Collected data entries
============================================================

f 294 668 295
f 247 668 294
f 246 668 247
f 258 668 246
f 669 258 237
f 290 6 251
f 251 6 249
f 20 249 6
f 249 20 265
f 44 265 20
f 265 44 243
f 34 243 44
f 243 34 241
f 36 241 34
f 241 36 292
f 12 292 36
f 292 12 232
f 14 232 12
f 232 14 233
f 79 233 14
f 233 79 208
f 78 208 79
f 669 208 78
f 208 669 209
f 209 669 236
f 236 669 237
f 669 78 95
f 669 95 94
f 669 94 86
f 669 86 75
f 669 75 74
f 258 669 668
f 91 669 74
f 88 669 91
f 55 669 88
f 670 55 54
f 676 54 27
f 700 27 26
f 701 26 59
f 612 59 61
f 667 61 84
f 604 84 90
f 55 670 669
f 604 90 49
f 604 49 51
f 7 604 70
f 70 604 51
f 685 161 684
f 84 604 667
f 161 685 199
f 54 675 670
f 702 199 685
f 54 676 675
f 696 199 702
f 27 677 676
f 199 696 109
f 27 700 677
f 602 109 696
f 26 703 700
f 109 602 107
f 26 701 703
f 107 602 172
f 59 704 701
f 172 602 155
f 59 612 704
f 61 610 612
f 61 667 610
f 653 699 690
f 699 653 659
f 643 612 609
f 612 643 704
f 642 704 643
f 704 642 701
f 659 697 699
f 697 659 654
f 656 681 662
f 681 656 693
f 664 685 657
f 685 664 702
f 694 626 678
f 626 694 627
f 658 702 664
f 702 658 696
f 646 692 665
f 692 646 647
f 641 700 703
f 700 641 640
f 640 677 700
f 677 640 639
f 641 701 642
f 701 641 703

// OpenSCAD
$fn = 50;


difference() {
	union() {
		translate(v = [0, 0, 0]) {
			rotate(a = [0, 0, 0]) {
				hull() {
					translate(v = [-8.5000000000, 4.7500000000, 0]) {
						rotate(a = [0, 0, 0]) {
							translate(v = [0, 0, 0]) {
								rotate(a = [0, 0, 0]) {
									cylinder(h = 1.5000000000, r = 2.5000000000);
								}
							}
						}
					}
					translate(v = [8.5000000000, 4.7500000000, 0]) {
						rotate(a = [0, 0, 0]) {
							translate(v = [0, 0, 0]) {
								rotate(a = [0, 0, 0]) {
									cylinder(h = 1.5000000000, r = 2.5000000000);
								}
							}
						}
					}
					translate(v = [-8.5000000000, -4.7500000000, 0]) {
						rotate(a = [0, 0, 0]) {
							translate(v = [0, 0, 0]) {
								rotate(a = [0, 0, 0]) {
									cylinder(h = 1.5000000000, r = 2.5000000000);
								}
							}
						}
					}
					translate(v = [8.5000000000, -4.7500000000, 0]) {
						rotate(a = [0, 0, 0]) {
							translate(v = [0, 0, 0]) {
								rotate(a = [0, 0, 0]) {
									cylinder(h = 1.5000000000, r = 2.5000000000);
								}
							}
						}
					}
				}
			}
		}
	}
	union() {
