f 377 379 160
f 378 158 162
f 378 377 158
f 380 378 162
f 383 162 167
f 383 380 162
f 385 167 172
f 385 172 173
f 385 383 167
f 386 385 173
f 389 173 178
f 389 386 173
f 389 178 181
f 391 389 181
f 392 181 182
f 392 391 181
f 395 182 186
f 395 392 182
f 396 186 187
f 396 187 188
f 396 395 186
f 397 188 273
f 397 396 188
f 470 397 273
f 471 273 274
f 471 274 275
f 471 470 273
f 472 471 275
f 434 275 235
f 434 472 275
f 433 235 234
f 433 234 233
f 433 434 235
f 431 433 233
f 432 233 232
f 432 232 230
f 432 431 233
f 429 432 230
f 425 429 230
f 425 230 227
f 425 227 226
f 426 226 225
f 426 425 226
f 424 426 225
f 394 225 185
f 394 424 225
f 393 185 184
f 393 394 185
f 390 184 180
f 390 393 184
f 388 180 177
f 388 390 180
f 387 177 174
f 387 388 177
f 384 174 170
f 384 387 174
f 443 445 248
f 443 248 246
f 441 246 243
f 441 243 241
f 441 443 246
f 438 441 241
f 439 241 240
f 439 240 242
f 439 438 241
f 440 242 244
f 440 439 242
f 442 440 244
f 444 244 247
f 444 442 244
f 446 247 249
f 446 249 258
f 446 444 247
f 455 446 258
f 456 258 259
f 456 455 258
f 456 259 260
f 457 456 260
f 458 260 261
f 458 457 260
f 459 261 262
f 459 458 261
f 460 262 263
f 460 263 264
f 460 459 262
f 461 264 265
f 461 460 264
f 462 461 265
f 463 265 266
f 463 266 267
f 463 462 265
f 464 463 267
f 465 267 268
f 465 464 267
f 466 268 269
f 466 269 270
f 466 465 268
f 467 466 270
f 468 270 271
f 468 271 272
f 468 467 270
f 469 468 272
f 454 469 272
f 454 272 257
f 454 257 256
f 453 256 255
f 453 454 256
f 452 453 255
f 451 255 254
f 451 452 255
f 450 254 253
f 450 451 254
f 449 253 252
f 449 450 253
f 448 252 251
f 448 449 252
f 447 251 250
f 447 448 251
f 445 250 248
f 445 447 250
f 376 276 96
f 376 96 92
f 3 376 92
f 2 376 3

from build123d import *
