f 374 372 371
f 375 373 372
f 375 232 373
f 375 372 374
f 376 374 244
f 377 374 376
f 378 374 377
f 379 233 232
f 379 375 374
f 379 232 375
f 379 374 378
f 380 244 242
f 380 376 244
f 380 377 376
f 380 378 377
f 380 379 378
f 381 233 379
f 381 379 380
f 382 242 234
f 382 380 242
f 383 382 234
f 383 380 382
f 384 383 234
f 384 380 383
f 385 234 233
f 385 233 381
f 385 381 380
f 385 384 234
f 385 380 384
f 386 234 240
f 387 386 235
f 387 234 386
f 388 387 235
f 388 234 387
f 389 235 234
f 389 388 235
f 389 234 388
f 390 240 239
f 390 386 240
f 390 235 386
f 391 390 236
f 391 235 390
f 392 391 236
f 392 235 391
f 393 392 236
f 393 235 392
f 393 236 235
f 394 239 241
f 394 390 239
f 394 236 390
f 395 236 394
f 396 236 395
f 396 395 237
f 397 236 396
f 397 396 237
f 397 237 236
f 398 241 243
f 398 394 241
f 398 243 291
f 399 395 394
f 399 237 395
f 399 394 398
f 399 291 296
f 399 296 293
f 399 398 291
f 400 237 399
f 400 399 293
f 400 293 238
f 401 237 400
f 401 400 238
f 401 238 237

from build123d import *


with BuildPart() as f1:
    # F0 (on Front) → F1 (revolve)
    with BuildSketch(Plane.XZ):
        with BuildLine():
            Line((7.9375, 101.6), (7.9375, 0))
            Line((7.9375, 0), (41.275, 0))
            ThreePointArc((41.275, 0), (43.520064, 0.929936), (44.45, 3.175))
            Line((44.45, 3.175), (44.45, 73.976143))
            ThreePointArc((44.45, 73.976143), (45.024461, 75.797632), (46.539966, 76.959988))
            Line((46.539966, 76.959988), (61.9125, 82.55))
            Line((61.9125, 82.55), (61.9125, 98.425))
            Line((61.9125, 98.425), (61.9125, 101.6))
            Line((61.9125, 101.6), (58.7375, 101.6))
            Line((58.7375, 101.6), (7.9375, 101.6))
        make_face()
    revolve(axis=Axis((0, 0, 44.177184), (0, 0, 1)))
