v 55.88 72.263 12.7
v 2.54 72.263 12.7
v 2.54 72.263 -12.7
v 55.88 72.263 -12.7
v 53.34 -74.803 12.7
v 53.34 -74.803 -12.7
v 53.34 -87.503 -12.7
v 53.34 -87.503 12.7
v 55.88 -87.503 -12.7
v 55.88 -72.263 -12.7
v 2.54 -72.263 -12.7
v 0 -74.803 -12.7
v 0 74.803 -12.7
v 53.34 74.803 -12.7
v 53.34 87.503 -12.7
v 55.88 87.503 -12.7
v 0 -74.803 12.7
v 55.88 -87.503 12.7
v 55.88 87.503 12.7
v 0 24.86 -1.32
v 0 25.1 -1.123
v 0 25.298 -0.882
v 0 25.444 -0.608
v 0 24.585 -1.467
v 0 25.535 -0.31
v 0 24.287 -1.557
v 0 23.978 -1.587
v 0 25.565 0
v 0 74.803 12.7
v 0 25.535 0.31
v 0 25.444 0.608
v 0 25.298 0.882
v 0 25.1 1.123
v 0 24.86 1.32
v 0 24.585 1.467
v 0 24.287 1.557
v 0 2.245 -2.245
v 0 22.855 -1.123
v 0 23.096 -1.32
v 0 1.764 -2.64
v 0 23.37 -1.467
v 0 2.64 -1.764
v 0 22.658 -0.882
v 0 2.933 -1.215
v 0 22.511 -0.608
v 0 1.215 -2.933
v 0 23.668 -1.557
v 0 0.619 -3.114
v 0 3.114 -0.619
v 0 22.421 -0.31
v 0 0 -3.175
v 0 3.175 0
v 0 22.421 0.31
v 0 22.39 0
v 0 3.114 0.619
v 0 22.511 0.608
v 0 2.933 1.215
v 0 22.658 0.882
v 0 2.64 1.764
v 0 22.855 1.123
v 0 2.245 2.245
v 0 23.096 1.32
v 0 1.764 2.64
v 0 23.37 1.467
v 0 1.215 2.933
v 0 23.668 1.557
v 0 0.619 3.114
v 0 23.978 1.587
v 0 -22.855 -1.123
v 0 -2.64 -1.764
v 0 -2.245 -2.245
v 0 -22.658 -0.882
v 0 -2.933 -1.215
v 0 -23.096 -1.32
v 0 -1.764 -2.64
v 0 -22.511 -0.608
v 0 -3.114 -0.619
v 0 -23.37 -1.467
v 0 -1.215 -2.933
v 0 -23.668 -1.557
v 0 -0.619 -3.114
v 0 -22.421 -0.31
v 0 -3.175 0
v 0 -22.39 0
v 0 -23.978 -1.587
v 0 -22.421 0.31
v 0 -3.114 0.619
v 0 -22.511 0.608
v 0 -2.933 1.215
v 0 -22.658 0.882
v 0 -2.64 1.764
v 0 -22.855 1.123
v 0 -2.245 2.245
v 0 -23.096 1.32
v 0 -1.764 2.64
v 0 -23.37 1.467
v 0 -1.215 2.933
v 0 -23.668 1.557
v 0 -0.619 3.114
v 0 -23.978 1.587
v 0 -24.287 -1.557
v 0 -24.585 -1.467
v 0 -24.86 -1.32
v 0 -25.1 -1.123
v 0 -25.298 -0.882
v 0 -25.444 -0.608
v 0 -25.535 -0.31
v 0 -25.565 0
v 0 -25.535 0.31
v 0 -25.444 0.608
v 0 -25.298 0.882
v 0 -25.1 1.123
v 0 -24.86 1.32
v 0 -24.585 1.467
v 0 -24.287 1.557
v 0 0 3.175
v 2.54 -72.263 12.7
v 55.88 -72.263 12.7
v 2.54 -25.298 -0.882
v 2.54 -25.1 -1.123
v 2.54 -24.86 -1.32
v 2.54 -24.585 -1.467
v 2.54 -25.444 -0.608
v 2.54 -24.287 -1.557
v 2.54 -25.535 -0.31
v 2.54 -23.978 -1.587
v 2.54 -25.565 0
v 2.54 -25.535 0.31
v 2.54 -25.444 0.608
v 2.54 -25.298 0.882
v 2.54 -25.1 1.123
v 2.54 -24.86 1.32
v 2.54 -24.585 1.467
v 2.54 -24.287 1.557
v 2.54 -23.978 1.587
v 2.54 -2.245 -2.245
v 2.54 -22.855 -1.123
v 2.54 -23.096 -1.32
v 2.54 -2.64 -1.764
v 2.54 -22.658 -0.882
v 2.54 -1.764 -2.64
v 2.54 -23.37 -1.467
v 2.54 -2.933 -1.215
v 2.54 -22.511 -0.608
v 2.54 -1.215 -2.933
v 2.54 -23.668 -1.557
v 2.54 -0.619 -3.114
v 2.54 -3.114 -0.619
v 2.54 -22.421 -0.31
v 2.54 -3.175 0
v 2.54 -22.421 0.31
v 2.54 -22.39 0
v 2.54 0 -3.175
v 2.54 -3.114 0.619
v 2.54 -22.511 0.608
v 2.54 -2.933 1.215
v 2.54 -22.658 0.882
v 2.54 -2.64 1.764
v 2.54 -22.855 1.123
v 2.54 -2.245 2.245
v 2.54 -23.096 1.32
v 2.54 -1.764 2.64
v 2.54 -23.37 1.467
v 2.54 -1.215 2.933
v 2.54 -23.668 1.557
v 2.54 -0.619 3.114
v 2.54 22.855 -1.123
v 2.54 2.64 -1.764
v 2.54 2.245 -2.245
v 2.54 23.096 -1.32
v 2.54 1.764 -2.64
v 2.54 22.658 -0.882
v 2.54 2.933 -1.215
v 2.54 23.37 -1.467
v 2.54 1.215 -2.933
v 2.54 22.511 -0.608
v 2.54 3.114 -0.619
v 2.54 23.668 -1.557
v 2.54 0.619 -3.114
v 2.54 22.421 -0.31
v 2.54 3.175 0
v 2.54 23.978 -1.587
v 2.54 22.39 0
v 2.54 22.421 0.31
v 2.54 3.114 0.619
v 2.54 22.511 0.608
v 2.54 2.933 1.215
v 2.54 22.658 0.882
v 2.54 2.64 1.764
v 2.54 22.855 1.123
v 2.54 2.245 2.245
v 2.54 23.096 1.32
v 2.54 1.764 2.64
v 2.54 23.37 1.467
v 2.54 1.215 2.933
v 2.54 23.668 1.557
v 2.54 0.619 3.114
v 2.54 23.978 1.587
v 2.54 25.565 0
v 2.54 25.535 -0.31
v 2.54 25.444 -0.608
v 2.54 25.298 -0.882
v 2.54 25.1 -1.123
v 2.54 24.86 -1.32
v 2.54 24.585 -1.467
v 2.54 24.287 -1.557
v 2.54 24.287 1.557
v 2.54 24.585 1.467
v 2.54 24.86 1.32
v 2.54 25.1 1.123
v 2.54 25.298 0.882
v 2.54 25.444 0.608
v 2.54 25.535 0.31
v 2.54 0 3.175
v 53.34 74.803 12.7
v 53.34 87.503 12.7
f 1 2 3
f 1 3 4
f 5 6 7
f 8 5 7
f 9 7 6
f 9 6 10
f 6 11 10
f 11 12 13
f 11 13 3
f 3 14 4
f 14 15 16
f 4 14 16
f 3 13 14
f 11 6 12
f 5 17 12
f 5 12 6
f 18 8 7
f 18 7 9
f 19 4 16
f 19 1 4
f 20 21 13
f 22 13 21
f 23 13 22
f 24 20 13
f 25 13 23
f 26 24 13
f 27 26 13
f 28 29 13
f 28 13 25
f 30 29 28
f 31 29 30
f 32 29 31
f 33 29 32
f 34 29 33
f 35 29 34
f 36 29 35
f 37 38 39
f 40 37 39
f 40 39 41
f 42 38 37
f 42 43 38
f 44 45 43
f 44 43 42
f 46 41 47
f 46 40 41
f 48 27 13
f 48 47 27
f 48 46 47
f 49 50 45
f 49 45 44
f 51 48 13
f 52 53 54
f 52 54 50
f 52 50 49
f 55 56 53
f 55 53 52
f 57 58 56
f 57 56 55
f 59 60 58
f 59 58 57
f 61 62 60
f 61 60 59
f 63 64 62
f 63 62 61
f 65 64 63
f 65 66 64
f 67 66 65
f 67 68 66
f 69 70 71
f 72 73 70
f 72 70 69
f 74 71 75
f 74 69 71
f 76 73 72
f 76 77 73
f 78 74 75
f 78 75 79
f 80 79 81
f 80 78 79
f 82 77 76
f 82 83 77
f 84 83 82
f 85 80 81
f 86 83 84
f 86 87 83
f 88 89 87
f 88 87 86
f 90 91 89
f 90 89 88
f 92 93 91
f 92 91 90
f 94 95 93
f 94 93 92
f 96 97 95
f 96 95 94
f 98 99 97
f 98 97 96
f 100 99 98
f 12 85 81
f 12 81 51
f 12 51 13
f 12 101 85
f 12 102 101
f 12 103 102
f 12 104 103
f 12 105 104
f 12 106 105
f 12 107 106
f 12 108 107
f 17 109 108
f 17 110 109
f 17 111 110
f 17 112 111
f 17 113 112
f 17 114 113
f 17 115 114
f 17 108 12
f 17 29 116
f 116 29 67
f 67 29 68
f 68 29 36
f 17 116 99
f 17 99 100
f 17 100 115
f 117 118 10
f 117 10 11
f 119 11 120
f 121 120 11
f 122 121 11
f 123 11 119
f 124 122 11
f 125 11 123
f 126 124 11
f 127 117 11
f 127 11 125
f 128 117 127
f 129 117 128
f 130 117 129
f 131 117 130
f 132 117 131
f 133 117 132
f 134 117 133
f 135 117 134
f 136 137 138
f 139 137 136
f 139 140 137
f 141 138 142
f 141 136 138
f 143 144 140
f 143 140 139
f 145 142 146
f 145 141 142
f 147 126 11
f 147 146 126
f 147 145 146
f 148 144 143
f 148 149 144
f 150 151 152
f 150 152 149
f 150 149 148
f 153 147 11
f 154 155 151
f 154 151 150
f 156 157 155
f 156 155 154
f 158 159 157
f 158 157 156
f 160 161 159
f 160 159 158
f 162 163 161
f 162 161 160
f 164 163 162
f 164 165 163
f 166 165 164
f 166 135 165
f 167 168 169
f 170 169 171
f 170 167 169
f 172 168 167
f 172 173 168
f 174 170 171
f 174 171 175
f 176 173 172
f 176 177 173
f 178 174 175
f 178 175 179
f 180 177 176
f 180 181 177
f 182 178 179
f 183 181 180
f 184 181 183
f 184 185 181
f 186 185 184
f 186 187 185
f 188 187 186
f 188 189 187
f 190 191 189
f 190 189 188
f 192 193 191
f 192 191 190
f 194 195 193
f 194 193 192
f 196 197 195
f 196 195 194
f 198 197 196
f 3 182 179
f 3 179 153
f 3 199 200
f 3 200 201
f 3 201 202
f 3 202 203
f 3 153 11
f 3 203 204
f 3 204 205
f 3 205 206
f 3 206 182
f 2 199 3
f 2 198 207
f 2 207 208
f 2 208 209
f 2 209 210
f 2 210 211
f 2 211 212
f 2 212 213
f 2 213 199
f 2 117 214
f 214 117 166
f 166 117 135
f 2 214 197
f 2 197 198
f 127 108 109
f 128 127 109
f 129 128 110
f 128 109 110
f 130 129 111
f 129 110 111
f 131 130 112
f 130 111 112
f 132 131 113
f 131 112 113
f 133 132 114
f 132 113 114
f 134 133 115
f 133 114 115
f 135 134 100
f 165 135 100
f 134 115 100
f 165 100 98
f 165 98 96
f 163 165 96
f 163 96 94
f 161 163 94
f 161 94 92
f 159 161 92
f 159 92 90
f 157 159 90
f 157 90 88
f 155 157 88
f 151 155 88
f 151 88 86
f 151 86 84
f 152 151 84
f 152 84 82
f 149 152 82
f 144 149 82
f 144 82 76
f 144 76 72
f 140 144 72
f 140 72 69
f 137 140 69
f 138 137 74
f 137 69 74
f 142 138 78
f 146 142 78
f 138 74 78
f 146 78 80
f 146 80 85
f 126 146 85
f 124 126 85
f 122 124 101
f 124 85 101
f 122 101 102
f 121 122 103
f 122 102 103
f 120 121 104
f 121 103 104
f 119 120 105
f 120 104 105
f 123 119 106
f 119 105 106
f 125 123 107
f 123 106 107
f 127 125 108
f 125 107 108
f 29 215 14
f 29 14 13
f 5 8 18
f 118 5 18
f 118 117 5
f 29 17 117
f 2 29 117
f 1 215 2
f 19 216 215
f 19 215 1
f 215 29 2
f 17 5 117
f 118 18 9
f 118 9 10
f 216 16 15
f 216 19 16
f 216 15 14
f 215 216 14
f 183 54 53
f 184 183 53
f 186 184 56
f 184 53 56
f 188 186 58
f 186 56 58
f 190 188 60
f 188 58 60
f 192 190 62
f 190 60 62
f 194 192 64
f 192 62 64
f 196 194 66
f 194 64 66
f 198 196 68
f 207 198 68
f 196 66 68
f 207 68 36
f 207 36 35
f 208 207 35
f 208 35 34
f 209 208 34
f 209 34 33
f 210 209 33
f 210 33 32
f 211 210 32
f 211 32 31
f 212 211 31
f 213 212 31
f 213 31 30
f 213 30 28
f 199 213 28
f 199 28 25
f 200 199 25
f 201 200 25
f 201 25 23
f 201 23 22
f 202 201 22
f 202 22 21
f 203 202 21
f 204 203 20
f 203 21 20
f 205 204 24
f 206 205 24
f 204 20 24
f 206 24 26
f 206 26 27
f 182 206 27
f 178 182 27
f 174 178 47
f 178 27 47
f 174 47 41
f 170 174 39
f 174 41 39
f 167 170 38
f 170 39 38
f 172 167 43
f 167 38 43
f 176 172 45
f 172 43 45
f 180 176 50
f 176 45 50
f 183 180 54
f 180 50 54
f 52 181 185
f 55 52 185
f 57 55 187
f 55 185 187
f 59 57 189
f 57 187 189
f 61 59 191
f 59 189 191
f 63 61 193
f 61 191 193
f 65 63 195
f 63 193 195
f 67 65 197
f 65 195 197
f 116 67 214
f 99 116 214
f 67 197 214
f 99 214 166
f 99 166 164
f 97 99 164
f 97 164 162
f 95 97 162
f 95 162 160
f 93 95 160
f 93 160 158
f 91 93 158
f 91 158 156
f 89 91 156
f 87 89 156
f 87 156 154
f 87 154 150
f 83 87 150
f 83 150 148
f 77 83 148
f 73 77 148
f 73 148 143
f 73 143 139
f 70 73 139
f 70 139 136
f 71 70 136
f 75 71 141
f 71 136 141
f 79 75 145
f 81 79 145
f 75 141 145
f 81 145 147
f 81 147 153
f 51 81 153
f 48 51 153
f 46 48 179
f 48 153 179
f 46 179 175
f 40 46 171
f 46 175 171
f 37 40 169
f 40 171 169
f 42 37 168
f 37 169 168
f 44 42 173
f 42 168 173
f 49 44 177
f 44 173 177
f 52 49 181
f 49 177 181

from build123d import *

# Parameters (mm, degrees)
BASE_EXTRUDE_THIN_DEPTH = 12.7
SKETCH2_R               = 3.175
CUT_EXTRUDE1_DEPTH      = 104.262871396
SKETCH3_R               = 1.587498625
CUT_EXTRUDE2_DEPTH      = 105.597511486
SKETCH4_R               = 1.587498625
CUT_EXTRUDE3_DEPTH      = 105.597511486


with BuildPart() as part:
    # Sketch1 → Base-Extrude-Thin (new, symmetric)
    with BuildSketch(Plane.XY):
        Polygon((53.34, 87.503), (53.34, 74.803), (0, 74.803), (0, -74.803), (53.34, -74.803), (53.34, -87.503), (55.88, -87.503), (55.88, -72.263), (2.54, -72.263), (2.54, 72.263), (55.88, 72.263), (55.88, 87.503), align=None)
    extrude(amount=BASE_EXTRUDE_THIN_DEPTH, both=True)

    # Sketch2 → Cut-Extrude1 (cut, through all)
    with BuildSketch(Plane(origin=(2.54, 0, 0), x_dir=(0, 0, -1), z_dir=(1, 0, 0))):
        with Locations(Location((0, 0, 0), (0, 0, 90))):
            Circle(SKETCH2_R)
    extrude(amount=-CUT_EXTRUDE1_DEPTH, mode=Mode.SUBTRACT)

    # Sketch3 → Cut-Extrude2 (cut, through all)
    with BuildSketch(Plane.ZY):
        with Locations(Location((0, 23.9776, 0), (0, 0, 270))):
            Circle(SKETCH3_R)
    extrude(amount=-CUT_EXTRUDE2_DEPTH, mode=Mode.SUBTRACT)

    # Sketch4 → Cut-Extrude3 (cut, through all)
    with BuildSketch(Plane.ZY):
        with Locations(Location((0, -23.9776, 0), (0, 0, 270))):
            Circle(SKETCH4_R)
    extrude(amount=-CUT_EXTRUDE3_DEPTH, mode=Mode.SUBTRACT)


solid = part.part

============================================================

> [What is needed]:
Among the records, find every line holding the word "revolve" and copy it.

> [Written solution]:
    # F0 (on Front) → F1 (revolve)
    revolve(axis=Axis((0, 0, 44.177184), (0, 0, 1)))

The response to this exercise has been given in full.